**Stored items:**

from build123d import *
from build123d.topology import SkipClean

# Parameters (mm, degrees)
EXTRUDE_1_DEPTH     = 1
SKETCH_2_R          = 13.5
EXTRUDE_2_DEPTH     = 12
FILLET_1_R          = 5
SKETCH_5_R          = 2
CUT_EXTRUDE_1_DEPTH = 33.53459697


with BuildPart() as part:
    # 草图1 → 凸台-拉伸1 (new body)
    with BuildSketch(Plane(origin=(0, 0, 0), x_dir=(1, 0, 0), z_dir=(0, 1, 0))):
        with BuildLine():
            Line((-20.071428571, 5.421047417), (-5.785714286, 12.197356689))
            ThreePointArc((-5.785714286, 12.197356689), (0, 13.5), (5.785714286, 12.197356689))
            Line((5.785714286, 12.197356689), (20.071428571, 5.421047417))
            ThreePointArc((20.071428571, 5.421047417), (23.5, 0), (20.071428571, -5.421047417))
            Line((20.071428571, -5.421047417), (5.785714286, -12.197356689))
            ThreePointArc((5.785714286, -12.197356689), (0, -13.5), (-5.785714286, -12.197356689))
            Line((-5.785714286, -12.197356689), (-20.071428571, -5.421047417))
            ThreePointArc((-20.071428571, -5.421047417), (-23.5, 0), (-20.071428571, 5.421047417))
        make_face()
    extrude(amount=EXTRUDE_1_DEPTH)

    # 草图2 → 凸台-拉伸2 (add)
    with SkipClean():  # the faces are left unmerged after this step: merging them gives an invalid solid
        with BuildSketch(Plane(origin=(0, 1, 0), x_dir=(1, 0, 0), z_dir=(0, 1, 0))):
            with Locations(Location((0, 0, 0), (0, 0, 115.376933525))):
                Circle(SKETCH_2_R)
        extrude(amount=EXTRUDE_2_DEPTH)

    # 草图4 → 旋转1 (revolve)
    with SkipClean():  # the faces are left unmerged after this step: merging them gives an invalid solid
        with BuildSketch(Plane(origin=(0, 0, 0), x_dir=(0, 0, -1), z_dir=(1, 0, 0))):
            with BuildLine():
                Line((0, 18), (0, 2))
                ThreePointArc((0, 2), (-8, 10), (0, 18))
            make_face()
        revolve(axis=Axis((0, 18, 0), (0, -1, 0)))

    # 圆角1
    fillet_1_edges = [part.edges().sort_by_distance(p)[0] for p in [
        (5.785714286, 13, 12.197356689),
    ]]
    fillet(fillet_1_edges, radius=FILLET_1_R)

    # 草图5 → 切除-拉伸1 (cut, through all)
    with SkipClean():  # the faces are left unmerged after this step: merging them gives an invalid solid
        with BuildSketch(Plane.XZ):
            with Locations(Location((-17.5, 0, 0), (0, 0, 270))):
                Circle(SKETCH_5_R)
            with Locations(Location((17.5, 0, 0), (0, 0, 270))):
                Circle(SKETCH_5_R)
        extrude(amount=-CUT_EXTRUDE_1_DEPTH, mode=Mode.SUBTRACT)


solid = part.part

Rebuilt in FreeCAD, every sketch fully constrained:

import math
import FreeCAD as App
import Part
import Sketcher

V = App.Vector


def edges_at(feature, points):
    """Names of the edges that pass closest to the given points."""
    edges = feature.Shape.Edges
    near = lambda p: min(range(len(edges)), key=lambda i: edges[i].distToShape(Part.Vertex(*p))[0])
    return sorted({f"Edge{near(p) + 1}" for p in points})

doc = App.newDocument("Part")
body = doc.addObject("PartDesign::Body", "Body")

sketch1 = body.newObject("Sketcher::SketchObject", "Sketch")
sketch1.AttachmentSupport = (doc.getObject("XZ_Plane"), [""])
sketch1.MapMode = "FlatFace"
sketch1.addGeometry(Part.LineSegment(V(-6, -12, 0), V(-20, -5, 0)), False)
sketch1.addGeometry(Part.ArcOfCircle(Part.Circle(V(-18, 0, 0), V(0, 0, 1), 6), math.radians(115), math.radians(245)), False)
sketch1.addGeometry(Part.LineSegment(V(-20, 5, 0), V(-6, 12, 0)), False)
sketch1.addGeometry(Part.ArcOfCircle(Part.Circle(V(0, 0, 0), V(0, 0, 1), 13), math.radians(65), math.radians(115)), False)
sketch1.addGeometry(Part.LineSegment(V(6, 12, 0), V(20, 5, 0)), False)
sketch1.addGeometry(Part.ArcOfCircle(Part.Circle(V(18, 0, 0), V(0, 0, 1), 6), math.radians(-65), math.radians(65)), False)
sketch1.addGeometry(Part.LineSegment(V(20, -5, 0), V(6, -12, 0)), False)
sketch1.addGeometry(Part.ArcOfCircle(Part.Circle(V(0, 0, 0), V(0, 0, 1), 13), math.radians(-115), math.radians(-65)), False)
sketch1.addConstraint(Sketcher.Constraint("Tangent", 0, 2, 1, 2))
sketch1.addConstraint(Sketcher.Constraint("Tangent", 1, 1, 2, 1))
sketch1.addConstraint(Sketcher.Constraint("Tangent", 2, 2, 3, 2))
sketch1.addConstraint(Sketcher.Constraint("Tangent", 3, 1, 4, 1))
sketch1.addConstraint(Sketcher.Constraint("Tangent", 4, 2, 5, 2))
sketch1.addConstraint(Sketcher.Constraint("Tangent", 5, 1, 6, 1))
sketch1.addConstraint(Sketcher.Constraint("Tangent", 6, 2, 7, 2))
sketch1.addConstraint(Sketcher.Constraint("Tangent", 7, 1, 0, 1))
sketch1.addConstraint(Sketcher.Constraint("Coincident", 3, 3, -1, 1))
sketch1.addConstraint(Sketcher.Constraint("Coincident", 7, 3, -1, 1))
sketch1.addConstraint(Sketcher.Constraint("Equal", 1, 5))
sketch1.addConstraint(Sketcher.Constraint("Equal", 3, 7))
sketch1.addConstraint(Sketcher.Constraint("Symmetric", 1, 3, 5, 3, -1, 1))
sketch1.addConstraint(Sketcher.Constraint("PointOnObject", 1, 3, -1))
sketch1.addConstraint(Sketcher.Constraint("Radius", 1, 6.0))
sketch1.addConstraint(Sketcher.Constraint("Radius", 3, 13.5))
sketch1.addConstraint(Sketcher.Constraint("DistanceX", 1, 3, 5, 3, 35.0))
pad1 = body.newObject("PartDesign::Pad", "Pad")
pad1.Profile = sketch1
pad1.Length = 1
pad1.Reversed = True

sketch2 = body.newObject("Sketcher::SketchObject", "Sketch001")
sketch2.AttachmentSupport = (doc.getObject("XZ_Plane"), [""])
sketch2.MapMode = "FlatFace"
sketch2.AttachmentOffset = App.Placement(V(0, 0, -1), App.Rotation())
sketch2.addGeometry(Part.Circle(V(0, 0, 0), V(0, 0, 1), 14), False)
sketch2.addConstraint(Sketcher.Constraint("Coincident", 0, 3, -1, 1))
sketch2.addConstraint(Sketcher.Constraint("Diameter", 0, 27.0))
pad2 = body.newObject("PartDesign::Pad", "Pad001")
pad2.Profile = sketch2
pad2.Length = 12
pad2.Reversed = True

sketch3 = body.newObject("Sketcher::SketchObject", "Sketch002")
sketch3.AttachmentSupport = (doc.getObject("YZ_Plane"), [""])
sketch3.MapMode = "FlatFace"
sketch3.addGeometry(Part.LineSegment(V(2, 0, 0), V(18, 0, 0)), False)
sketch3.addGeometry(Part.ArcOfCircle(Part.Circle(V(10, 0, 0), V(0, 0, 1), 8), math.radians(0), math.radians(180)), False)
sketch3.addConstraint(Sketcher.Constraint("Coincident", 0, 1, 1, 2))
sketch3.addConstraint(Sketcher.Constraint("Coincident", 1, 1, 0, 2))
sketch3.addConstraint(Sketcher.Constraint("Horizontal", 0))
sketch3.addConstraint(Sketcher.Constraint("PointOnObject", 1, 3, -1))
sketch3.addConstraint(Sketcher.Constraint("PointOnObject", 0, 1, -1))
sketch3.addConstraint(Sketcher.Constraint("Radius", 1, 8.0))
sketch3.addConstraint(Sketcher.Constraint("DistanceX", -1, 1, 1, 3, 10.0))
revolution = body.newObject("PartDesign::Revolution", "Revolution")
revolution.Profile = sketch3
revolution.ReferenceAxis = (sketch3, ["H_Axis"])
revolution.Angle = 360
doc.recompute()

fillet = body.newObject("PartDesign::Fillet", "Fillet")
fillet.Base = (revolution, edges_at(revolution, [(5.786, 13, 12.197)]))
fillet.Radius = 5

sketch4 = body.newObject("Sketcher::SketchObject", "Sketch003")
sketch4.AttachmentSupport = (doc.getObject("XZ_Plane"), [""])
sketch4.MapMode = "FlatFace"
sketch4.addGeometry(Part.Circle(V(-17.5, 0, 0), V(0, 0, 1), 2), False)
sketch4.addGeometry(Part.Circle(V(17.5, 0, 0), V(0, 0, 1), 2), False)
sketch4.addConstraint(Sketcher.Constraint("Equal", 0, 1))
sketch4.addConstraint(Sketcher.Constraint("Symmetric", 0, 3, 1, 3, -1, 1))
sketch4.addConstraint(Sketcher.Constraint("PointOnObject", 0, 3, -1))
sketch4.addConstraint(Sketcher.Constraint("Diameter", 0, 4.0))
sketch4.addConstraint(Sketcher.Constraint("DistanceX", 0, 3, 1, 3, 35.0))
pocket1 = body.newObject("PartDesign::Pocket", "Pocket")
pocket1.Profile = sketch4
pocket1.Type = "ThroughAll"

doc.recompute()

**About this task:** For the string "Location", search the preceding data and copy every line that includes it.

**Answer box:**
            with Locations(Location((0, 0, 0), (0, 0, 115.376933525))):
            with Locations(Location((-17.5, 0, 0), (0, 0, 270))):
            with Locations(Location((17.5, 0, 0), (0, 0, 270))):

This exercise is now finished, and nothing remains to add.